== TASK OBJECTIVE ==
Repeat nothing but the lines below running from the one containing "v 51.342 -10.212 118.872" to the one containing "f 121 120 123". Keep both end lines.

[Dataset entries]

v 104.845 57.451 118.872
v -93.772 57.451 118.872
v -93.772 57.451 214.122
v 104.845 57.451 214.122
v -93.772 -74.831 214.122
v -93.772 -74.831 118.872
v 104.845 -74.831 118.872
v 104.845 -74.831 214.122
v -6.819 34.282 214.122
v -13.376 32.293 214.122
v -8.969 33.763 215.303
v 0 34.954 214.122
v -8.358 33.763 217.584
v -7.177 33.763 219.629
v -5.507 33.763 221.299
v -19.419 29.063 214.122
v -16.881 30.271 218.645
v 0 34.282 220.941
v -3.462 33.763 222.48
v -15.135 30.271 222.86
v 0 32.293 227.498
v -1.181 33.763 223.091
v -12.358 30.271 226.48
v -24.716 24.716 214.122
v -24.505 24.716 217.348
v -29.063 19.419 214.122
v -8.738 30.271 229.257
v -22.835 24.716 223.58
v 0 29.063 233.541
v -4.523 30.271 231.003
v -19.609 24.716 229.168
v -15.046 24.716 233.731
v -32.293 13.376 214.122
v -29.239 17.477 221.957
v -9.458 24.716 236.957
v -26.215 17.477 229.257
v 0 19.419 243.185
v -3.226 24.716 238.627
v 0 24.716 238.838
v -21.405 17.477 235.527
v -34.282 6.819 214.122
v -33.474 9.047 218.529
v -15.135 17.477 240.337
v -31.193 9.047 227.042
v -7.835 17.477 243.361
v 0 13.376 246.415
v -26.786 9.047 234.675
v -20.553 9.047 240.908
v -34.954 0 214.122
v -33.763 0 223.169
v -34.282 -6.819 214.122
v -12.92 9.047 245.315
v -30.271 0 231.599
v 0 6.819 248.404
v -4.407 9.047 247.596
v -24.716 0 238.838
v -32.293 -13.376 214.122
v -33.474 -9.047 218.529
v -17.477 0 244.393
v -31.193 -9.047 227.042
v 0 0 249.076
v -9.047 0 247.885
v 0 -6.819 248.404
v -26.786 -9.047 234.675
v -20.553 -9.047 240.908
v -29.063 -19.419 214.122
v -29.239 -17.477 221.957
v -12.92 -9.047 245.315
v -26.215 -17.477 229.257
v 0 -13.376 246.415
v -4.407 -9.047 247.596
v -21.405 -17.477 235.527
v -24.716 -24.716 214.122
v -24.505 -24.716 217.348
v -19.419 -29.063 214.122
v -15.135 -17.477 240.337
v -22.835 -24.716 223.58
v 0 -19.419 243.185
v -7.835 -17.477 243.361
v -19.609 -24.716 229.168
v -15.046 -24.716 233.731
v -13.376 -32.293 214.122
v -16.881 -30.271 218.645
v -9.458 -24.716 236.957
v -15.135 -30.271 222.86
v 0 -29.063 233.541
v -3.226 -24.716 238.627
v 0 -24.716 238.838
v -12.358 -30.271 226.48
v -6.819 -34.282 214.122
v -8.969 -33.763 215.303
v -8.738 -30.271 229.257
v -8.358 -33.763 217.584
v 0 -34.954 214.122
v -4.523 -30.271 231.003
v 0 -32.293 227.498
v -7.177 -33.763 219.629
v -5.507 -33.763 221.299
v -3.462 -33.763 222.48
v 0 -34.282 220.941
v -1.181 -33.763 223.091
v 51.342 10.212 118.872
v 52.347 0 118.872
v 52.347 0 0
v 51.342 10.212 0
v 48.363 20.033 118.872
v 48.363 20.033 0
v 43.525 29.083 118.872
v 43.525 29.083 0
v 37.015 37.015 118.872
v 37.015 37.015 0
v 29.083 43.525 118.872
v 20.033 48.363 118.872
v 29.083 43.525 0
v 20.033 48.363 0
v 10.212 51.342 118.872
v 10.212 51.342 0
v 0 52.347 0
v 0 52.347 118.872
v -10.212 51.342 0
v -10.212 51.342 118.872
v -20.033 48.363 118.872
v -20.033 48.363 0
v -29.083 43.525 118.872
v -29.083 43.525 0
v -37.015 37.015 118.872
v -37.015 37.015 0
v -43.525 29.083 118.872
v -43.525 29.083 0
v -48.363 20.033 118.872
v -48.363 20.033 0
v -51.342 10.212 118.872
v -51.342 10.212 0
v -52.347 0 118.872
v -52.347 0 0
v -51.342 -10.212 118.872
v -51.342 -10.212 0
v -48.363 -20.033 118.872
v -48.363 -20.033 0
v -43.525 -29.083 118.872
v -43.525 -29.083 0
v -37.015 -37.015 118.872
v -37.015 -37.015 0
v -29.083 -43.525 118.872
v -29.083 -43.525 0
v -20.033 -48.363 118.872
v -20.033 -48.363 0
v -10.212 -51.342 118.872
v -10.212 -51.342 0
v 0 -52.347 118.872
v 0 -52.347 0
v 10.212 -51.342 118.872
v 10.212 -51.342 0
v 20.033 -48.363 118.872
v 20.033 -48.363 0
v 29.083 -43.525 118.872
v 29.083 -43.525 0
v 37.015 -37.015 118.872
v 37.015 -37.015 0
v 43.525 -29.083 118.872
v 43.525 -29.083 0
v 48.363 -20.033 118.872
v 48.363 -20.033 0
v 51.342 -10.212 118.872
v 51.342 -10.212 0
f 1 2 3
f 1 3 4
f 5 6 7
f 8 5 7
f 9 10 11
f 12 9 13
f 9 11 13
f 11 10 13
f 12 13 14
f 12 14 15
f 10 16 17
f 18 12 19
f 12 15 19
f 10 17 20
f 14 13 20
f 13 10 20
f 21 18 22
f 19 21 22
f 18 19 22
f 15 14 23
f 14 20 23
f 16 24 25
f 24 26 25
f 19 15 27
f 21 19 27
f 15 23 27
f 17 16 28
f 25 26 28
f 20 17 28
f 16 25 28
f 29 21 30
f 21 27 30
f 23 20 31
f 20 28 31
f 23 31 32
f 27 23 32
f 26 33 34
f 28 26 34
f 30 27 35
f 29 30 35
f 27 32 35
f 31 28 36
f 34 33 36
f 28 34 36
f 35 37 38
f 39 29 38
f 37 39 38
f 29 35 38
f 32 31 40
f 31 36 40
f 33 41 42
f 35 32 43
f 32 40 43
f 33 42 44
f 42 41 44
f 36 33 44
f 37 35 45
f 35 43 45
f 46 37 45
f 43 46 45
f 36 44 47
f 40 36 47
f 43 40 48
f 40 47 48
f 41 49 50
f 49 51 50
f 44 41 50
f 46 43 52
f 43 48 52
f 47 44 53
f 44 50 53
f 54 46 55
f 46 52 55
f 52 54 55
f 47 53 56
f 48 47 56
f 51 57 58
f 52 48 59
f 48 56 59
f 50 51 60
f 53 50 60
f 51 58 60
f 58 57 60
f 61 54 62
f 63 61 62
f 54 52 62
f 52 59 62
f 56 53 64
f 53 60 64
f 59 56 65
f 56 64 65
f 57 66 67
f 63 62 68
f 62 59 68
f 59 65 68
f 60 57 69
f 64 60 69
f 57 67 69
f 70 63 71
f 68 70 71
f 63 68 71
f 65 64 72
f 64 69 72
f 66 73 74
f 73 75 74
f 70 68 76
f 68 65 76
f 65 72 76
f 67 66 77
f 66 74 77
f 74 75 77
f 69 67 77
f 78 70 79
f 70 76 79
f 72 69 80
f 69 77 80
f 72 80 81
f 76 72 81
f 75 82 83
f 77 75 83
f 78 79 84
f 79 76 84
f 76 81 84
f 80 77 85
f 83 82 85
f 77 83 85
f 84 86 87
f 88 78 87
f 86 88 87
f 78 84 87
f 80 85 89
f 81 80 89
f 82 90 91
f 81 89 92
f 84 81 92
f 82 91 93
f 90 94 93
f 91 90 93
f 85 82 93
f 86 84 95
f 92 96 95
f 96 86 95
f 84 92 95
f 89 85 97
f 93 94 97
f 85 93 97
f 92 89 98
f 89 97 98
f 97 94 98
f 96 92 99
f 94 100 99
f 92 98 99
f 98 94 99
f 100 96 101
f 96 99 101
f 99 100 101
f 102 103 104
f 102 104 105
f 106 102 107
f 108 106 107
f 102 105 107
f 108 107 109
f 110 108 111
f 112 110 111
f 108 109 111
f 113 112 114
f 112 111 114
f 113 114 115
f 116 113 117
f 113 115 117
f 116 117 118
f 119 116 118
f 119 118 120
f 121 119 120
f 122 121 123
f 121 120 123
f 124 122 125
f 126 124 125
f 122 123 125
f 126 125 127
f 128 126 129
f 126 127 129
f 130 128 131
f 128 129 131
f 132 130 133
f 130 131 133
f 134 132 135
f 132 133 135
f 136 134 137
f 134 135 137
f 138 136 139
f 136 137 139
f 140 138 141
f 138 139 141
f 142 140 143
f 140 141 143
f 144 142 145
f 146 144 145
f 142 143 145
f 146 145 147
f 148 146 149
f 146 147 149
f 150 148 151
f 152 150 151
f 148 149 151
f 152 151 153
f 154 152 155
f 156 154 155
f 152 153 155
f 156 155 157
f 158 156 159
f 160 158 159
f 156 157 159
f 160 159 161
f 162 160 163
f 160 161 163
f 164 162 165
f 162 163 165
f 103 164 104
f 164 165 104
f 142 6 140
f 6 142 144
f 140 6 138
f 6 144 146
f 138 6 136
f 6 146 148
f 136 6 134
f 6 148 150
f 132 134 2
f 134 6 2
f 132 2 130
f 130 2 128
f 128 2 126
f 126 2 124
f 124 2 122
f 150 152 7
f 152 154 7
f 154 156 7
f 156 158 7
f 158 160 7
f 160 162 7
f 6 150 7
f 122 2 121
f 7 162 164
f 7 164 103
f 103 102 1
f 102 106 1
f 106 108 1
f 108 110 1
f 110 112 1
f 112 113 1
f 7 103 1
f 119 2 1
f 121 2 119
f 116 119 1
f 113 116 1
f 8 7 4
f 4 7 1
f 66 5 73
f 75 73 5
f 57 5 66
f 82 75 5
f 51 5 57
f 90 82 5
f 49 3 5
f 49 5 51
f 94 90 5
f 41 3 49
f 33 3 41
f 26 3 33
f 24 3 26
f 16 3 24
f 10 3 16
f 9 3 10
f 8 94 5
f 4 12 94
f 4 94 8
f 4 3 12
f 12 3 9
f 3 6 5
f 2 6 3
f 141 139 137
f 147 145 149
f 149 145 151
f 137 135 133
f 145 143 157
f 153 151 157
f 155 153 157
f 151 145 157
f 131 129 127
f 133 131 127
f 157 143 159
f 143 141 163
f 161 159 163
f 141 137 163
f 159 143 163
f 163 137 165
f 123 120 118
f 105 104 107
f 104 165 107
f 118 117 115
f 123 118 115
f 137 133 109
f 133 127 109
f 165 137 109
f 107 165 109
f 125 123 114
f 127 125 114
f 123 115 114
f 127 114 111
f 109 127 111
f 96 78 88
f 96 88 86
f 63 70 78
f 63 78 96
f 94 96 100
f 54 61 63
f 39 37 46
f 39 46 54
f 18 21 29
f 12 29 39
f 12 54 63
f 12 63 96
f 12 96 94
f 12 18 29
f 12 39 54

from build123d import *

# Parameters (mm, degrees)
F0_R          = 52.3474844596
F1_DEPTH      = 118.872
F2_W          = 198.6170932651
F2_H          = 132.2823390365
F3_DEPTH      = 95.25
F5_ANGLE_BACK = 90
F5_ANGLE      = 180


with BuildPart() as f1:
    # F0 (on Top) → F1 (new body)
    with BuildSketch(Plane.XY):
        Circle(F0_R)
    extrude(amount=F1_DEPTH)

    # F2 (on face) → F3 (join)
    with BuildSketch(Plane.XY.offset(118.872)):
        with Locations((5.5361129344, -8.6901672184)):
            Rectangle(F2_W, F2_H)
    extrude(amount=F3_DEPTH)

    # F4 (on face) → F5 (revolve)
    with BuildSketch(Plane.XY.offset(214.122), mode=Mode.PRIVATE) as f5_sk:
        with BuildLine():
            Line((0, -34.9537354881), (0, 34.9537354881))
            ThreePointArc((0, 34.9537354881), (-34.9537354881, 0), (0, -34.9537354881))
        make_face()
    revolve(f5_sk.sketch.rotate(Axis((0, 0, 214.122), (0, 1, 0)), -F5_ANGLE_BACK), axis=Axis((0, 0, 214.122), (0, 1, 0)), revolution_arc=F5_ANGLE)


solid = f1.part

== REPLY TO THE EXERCISE ==
v 51.342 -10.212 118.872
v 51.342 -10.212 0
f 1 2 3
f 1 3 4
f 5 6 7
f 8 5 7
f 9 10 11
f 12 9 13
f 9 11 13
f 11 10 13
f 12 13 14
f 12 14 15
f 10 16 17
f 18 12 19
f 12 15 19
f 10 17 20
f 14 13 20
f 13 10 20
f 21 18 22
f 19 21 22
f 18 19 22
f 15 14 23
f 14 20 23
f 16 24 25
f 24 26 25
f 19 15 27
f 21 19 27
f 15 23 27
f 17 16 28
f 25 26 28
f 20 17 28
f 16 25 28
f 29 21 30
f 21 27 30
f 23 20 31
f 20 28 31
f 23 31 32
f 27 23 32
f 26 33 34
f 28 26 34
f 30 27 35
f 29 30 35
f 27 32 35
f 31 28 36
f 34 33 36
f 28 34 36
f 35 37 38
f 39 29 38
f 37 39 38
f 29 35 38
f 32 31 40
f 31 36 40
f 33 41 42
f 35 32 43
f 32 40 43
f 33 42 44
f 42 41 44
f 36 33 44
f 37 35 45
f 35 43 45
f 46 37 45
f 43 46 45
f 36 44 47
f 40 36 47
f 43 40 48
f 40 47 48
f 41 49 50
f 49 51 50
f 44 41 50
f 46 43 52
f 43 48 52
f 47 44 53
f 44 50 53
f 54 46 55
f 46 52 55
f 52 54 55
f 47 53 56
f 48 47 56
f 51 57 58
f 52 48 59
f 48 56 59
f 50 51 60
f 53 50 60
f 51 58 60
f 58 57 60
f 61 54 62
f 63 61 62
f 54 52 62
f 52 59 62
f 56 53 64
f 53 60 64
f 59 56 65
f 56 64 65
f 57 66 67
f 63 62 68
f 62 59 68
f 59 65 68
f 60 57 69
f 64 60 69
f 57 67 69
f 70 63 71
f 68 70 71
f 63 68 71
f 65 64 72
f 64 69 72
f 66 73 74
f 73 75 74
f 70 68 76
f 68 65 76
f 65 72 76
f 67 66 77
f 66 74 77
f 74 75 77
f 69 67 77
f 78 70 79
f 70 76 79
f 72 69 80
f 69 77 80
f 72 80 81
f 76 72 81
f 75 82 83
f 77 75 83
f 78 79 84
f 79 76 84
f 76 81 84
f 80 77 85
f 83 82 85
f 77 83 85
f 84 86 87
f 88 78 87
f 86 88 87
f 78 84 87
f 80 85 89
f 81 80 89
f 82 90 91
f 81 89 92
f 84 81 92
f 82 91 93
f 90 94 93
f 91 90 93
f 85 82 93
f 86 84 95
f 92 96 95
f 96 86 95
f 84 92 95
f 89 85 97
f 93 94 97
f 85 93 97
f 92 89 98
f 89 97 98
f 97 94 98
f 96 92 99
f 94 100 99
f 92 98 99
f 98 94 99
f 100 96 101
f 96 99 101
f 99 100 101
f 102 103 104
f 102 104 105
f 106 102 107
f 108 106 107
f 102 105 107
f 108 107 109
f 110 108 111
f 112 110 111
f 108 109 111
f 113 112 114
f 112 111 114
f 113 114 115
f 116 113 117
f 113 115 117
f 116 117 118
f 119 116 118
f 119 118 120
f 121 119 120
f 122 121 123
f 121 120 123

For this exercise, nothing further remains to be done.